What the exercise asks
Would you please return the lines of the entries below starting at the line that has "#133=EDGE_LOOP('',(#127,#128,#129,#132));" and ending at the line that has "#144=EDGE_CURVE('',#140,#140,#143,.T.);", both included, exactly as they are?

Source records
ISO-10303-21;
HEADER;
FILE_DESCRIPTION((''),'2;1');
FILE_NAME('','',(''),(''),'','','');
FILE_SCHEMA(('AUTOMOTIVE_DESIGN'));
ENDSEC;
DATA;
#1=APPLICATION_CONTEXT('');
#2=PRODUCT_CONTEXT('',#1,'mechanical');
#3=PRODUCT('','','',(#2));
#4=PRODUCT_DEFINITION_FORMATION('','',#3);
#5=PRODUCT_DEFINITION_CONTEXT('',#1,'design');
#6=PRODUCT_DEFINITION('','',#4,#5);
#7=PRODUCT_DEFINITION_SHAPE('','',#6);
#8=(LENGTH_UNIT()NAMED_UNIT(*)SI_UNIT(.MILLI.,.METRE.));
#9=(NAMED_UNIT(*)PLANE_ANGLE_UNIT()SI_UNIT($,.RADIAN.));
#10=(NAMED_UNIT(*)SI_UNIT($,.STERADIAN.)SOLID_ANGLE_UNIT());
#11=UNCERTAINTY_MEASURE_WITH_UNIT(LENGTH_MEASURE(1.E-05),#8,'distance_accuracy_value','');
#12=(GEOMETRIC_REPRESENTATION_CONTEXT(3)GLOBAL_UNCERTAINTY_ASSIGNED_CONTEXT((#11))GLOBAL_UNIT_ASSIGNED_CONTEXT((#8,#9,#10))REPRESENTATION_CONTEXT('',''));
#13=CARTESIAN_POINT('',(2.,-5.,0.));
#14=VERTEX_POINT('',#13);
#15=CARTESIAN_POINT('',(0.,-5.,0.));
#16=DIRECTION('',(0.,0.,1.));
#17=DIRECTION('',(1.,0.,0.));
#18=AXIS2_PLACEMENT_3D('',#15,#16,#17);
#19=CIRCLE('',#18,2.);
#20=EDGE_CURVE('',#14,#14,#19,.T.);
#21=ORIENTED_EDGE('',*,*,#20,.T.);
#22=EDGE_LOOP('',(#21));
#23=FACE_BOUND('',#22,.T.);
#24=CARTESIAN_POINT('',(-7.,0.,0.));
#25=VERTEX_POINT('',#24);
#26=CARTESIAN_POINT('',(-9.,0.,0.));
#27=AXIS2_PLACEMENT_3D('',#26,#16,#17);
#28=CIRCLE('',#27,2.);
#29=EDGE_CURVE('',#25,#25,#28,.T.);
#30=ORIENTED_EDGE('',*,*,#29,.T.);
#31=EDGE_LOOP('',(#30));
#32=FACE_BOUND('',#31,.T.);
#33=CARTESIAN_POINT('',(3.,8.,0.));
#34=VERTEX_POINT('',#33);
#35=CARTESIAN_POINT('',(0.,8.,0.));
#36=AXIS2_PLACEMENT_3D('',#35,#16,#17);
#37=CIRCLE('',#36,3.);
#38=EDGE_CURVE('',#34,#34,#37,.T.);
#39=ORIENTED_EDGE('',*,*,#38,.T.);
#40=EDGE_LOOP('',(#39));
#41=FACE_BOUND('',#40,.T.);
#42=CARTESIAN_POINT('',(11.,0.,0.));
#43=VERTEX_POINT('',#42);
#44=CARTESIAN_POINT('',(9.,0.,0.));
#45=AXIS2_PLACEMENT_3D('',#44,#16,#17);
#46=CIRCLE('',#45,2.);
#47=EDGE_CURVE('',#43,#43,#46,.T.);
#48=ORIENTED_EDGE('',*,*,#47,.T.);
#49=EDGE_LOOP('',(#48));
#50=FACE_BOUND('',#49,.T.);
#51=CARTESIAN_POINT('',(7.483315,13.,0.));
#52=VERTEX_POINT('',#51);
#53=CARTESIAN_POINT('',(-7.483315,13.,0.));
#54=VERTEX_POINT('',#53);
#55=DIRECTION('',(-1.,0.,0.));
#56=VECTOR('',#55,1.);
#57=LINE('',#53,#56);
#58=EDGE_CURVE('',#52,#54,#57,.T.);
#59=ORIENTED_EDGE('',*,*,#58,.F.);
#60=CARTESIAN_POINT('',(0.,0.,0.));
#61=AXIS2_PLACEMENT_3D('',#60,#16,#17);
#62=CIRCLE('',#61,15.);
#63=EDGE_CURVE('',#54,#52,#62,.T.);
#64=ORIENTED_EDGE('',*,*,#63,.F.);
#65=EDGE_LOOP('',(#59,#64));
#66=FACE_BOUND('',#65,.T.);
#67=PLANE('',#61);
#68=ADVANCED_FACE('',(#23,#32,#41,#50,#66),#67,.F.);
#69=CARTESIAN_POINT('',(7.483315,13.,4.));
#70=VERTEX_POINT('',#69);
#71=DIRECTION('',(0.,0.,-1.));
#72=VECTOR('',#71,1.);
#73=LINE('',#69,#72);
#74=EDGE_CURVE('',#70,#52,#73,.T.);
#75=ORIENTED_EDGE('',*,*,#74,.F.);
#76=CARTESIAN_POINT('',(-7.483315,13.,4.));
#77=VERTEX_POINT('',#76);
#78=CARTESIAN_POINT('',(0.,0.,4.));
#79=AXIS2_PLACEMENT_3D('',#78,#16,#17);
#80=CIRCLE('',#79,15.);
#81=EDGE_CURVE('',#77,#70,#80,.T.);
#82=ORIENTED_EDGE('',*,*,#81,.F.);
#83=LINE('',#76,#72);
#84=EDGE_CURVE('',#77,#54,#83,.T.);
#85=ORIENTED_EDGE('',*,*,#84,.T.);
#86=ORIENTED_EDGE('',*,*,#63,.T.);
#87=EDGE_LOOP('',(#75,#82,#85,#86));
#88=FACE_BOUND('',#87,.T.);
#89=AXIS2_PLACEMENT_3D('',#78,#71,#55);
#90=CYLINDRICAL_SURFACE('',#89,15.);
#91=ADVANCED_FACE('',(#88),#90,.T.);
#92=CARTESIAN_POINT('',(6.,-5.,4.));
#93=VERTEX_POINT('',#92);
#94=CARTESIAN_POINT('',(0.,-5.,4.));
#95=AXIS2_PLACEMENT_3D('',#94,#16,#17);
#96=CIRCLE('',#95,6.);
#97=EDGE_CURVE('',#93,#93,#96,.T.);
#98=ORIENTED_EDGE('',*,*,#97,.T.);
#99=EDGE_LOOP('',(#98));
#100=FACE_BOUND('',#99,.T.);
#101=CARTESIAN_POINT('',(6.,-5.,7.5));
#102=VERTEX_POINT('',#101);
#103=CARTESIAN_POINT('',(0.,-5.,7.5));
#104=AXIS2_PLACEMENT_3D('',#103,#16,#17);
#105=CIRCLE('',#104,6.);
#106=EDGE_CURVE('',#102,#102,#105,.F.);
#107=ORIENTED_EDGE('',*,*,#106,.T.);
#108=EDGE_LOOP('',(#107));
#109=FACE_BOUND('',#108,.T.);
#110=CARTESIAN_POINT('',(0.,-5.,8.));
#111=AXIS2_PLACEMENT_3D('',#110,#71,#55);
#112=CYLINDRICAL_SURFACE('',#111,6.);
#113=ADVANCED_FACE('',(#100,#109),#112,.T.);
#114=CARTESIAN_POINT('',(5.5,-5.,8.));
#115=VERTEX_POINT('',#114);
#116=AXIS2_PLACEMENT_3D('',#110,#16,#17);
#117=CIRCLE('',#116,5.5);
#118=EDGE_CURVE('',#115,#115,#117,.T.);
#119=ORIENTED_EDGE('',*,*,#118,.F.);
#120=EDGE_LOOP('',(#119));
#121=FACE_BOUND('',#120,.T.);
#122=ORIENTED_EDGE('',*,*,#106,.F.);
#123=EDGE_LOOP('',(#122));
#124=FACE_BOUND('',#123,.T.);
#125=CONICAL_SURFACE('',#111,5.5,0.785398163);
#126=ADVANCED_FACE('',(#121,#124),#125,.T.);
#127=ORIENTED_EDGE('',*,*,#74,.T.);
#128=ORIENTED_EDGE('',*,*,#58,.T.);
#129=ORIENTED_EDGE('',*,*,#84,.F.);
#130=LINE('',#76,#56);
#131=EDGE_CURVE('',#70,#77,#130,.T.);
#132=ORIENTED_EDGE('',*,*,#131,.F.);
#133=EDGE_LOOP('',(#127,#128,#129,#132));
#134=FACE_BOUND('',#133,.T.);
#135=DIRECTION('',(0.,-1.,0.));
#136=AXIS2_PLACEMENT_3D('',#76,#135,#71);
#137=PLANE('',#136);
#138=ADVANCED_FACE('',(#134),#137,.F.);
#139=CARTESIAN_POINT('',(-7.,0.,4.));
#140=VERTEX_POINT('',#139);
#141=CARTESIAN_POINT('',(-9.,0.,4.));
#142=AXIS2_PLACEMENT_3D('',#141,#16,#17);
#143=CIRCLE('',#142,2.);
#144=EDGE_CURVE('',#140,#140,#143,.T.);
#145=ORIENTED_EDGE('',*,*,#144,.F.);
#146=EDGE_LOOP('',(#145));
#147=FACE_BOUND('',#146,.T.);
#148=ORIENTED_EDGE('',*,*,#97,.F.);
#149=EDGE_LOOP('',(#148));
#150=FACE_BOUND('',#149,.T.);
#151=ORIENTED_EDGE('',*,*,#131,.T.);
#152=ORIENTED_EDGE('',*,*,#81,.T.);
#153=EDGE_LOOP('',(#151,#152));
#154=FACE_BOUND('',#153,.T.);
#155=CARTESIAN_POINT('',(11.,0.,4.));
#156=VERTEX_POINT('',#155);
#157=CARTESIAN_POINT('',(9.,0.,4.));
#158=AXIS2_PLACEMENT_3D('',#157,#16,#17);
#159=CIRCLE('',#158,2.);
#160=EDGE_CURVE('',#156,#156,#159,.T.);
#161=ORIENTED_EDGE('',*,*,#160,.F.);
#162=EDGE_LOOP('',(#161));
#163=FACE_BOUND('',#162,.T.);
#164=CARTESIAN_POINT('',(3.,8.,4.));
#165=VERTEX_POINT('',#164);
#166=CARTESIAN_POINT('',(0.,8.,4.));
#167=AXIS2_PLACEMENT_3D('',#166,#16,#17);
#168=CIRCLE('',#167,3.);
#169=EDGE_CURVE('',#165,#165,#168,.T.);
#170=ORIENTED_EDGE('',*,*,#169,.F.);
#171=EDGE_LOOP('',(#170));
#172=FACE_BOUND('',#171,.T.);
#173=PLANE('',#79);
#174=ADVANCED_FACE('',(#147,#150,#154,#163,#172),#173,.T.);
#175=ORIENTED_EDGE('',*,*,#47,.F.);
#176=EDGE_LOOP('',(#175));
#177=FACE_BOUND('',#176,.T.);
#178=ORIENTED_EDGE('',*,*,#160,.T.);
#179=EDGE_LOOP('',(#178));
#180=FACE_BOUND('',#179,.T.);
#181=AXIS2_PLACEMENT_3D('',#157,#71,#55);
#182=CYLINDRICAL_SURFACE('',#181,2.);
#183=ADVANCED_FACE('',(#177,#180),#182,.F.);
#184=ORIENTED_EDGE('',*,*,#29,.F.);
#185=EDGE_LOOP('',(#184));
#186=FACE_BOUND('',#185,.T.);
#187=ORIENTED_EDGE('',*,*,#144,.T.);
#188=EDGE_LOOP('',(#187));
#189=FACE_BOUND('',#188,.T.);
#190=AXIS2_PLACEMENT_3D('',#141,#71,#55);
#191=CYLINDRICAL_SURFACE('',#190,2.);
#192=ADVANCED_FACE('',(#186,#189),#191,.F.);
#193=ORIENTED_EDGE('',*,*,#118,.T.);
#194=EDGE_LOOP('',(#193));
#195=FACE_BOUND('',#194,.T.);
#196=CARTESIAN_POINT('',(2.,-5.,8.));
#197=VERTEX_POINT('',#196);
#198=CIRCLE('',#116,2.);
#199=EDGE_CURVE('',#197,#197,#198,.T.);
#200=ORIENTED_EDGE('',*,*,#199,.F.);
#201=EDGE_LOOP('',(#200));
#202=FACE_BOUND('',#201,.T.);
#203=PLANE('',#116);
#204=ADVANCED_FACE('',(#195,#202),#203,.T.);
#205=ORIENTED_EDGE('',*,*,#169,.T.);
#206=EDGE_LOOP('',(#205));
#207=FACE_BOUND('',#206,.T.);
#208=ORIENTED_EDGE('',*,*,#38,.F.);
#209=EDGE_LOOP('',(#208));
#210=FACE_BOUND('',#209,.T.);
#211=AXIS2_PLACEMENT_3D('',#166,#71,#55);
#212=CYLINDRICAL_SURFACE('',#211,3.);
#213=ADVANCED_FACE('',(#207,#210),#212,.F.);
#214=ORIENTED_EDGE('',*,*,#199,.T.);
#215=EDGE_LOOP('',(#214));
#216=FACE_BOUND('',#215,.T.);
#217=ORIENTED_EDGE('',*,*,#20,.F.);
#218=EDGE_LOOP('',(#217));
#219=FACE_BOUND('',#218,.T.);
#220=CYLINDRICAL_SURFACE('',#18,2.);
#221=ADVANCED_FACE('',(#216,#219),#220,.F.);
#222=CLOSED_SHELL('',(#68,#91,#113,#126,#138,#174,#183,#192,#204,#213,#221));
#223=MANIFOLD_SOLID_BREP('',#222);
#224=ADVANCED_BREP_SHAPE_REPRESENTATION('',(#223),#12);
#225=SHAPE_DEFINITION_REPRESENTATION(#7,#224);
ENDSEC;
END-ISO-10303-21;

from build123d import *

# Parameters (mm, degrees)
SKETCH2_R           = 3
SKETCH2_R_2         = 2
BOSS_EXTRUDE1_DEPTH = 4
SKETCH3_R           = 6
BOSS_EXTRUDE2_DEPTH = 4
CHAMFER1_SIZE       = 0.5
SKETCH4_R           = 2
CUT_EXTRUDE1_DEPTH  = 9


with BuildPart() as part:
    # Sketch2 → Boss-Extrude1 (new body)
    with BuildSketch(Plane.XY):
        with BuildLine():
            Line((-7.483314774, 13), (7.483314774, 13))
            ThreePointArc((7.483314774, 13), (0, -15), (-7.483314774, 13))
        make_face()
        with Locations((0, 8)):
            Circle(SKETCH2_R, mode=Mode.SUBTRACT)
        with Locations((9, 0)):
            Circle(SKETCH2_R_2, mode=Mode.SUBTRACT)
        with Locations((-9, 0)):
            Circle(SKETCH2_R_2, mode=Mode.SUBTRACT)
    extrude(amount=BOSS_EXTRUDE1_DEPTH)

    # Sketch3 → Boss-Extrude2 (add)
    with BuildSketch(Plane.XY.offset(4)):
        with Locations((0, -5)):
            Circle(SKETCH3_R)
    extrude(amount=BOSS_EXTRUDE2_DEPTH)

    # Chamfer1
    chamfer1_edges = [part.edges().sort_by_distance(p)[0] for p in [
        (-6, -5, 8),
    ]]
    chamfer(chamfer1_edges, length=CHAMFER1_SIZE)

    # Sketch4 → Cut-Extrude1 (cut, through all)
    with BuildSketch(Plane.XY.offset(8)):
        with Locations((0, -5)):
            Circle(SKETCH4_R)
    extrude(amount=-CUT_EXTRUDE1_DEPTH, mode=Mode.SUBTRACT)


solid = part.part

Solution to the exercise
#133=EDGE_LOOP('',(#127,#128,#129,#132));
#134=FACE_BOUND('',#133,.T.);
#135=DIRECTION('',(0.,-1.,0.));
#136=AXIS2_PLACEMENT_3D('',#76,#135,#71);
#137=PLANE('',#136);
#138=ADVANCED_FACE('',(#134),#137,.F.);
#139=CARTESIAN_POINT('',(-7.,0.,4.));
#140=VERTEX_POINT('',#139);
#141=CARTESIAN_POINT('',(-9.,0.,4.));
#142=AXIS2_PLACEMENT_3D('',#141,#16,#17);
#143=CIRCLE('',#142,2.);
#144=EDGE_CURVE('',#140,#140,#143,.T.);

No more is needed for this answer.